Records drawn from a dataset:
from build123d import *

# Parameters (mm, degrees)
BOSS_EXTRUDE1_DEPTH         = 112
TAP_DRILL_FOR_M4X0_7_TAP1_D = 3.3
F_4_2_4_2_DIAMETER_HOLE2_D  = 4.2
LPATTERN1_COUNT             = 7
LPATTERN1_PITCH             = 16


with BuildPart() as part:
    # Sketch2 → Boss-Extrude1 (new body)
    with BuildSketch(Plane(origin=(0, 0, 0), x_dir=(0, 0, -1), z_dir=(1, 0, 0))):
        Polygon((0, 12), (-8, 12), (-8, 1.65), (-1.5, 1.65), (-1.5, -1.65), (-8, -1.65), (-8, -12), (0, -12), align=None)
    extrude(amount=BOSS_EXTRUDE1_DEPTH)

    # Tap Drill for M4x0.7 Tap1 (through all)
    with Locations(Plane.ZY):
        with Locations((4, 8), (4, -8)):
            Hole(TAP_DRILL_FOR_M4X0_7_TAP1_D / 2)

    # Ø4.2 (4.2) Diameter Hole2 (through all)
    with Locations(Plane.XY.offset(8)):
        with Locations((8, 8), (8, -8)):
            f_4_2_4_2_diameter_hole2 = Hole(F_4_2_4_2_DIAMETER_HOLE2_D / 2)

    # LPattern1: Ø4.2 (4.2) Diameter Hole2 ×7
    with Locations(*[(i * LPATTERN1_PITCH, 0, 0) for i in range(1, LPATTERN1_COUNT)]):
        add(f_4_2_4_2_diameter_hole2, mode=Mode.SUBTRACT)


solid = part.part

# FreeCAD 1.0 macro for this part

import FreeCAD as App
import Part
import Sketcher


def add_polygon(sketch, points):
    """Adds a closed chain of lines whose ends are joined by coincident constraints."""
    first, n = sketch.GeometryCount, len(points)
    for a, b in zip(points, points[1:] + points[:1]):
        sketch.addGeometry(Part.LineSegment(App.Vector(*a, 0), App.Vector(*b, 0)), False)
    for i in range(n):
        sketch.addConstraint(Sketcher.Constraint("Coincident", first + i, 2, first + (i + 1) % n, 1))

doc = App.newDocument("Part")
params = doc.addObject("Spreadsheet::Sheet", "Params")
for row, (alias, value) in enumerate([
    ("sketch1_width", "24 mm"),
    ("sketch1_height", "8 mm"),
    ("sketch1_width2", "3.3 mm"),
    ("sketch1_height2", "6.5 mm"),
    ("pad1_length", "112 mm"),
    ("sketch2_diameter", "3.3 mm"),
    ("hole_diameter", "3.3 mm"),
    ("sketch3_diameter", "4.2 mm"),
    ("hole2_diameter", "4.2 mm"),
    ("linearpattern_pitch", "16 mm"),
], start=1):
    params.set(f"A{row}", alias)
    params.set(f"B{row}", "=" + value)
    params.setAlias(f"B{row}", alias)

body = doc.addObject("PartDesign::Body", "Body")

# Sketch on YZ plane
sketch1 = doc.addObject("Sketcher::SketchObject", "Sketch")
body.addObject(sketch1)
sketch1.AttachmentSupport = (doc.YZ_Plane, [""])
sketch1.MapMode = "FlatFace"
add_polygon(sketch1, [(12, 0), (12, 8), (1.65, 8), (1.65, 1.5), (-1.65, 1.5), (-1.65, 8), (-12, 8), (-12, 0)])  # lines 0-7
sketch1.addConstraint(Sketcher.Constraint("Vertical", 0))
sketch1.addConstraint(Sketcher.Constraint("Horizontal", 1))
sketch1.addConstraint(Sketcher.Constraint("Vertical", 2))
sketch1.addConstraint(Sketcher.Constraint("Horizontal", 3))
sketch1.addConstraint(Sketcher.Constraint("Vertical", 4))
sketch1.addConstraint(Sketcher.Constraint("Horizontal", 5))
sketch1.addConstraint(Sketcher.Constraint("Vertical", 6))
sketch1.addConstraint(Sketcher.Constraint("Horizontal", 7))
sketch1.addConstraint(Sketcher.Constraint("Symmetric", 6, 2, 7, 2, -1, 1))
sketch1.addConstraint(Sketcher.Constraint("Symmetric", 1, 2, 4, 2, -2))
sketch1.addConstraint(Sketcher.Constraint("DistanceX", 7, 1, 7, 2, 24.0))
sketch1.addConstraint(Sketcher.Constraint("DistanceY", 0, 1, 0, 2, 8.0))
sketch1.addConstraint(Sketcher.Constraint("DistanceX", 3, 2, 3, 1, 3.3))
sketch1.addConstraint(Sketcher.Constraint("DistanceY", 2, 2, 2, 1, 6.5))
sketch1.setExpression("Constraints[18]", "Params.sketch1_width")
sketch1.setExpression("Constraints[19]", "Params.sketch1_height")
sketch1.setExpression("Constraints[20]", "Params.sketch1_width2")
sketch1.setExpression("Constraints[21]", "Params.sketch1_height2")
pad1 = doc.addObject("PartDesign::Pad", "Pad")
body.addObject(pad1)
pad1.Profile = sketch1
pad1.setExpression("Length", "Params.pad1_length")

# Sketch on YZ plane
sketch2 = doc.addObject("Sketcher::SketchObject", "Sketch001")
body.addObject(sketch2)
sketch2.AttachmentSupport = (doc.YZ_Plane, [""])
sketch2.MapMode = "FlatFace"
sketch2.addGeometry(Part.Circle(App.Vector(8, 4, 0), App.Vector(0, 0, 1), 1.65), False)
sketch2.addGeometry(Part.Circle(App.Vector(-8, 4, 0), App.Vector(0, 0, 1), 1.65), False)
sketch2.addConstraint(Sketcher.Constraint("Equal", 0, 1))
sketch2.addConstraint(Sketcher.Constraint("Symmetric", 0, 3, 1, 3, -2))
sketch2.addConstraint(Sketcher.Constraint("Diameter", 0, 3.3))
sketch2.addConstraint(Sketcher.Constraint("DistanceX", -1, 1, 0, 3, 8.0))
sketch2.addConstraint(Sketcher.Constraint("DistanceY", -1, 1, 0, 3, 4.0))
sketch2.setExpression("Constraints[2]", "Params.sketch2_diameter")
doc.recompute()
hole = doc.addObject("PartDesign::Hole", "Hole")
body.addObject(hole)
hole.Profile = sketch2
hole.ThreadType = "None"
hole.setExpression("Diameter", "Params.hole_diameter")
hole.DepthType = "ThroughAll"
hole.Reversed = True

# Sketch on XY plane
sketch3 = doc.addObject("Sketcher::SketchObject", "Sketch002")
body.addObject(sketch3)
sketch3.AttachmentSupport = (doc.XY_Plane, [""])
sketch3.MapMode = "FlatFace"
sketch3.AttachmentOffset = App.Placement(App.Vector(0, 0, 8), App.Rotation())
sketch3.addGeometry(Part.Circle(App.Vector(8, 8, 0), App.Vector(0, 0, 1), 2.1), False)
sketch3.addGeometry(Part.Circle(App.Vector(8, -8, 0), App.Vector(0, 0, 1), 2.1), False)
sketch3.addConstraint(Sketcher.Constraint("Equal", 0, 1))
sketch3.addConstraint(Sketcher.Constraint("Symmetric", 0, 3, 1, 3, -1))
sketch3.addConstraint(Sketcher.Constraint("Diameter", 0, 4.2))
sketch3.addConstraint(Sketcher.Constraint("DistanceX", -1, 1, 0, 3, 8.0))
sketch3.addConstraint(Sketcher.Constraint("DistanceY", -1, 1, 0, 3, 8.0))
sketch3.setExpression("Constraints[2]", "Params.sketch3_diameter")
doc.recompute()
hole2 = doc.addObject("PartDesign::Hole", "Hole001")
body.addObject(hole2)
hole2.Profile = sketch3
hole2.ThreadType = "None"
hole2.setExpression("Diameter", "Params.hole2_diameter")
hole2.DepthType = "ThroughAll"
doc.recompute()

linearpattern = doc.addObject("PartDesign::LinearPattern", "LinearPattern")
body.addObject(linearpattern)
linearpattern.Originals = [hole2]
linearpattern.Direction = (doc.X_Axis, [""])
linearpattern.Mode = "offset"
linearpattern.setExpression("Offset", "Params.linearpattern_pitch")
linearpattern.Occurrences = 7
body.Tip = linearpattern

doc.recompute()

### TASK INSTRUCTIONS
Beginning of the records through the line with "# Sketch2 → Boss-Extrude1 (new body)": return that span exactly and stop there.

### SOLUTION TO THE EXERCISE
from build123d import *

# Parameters (mm, degrees)
BOSS_EXTRUDE1_DEPTH         = 112
TAP_DRILL_FOR_M4X0_7_TAP1_D = 3.3
F_4_2_4_2_DIAMETER_HOLE2_D  = 4.2
LPATTERN1_COUNT             = 7
LPATTERN1_PITCH             = 16


with BuildPart() as part:
    # Sketch2 → Boss-Extrude1 (new body)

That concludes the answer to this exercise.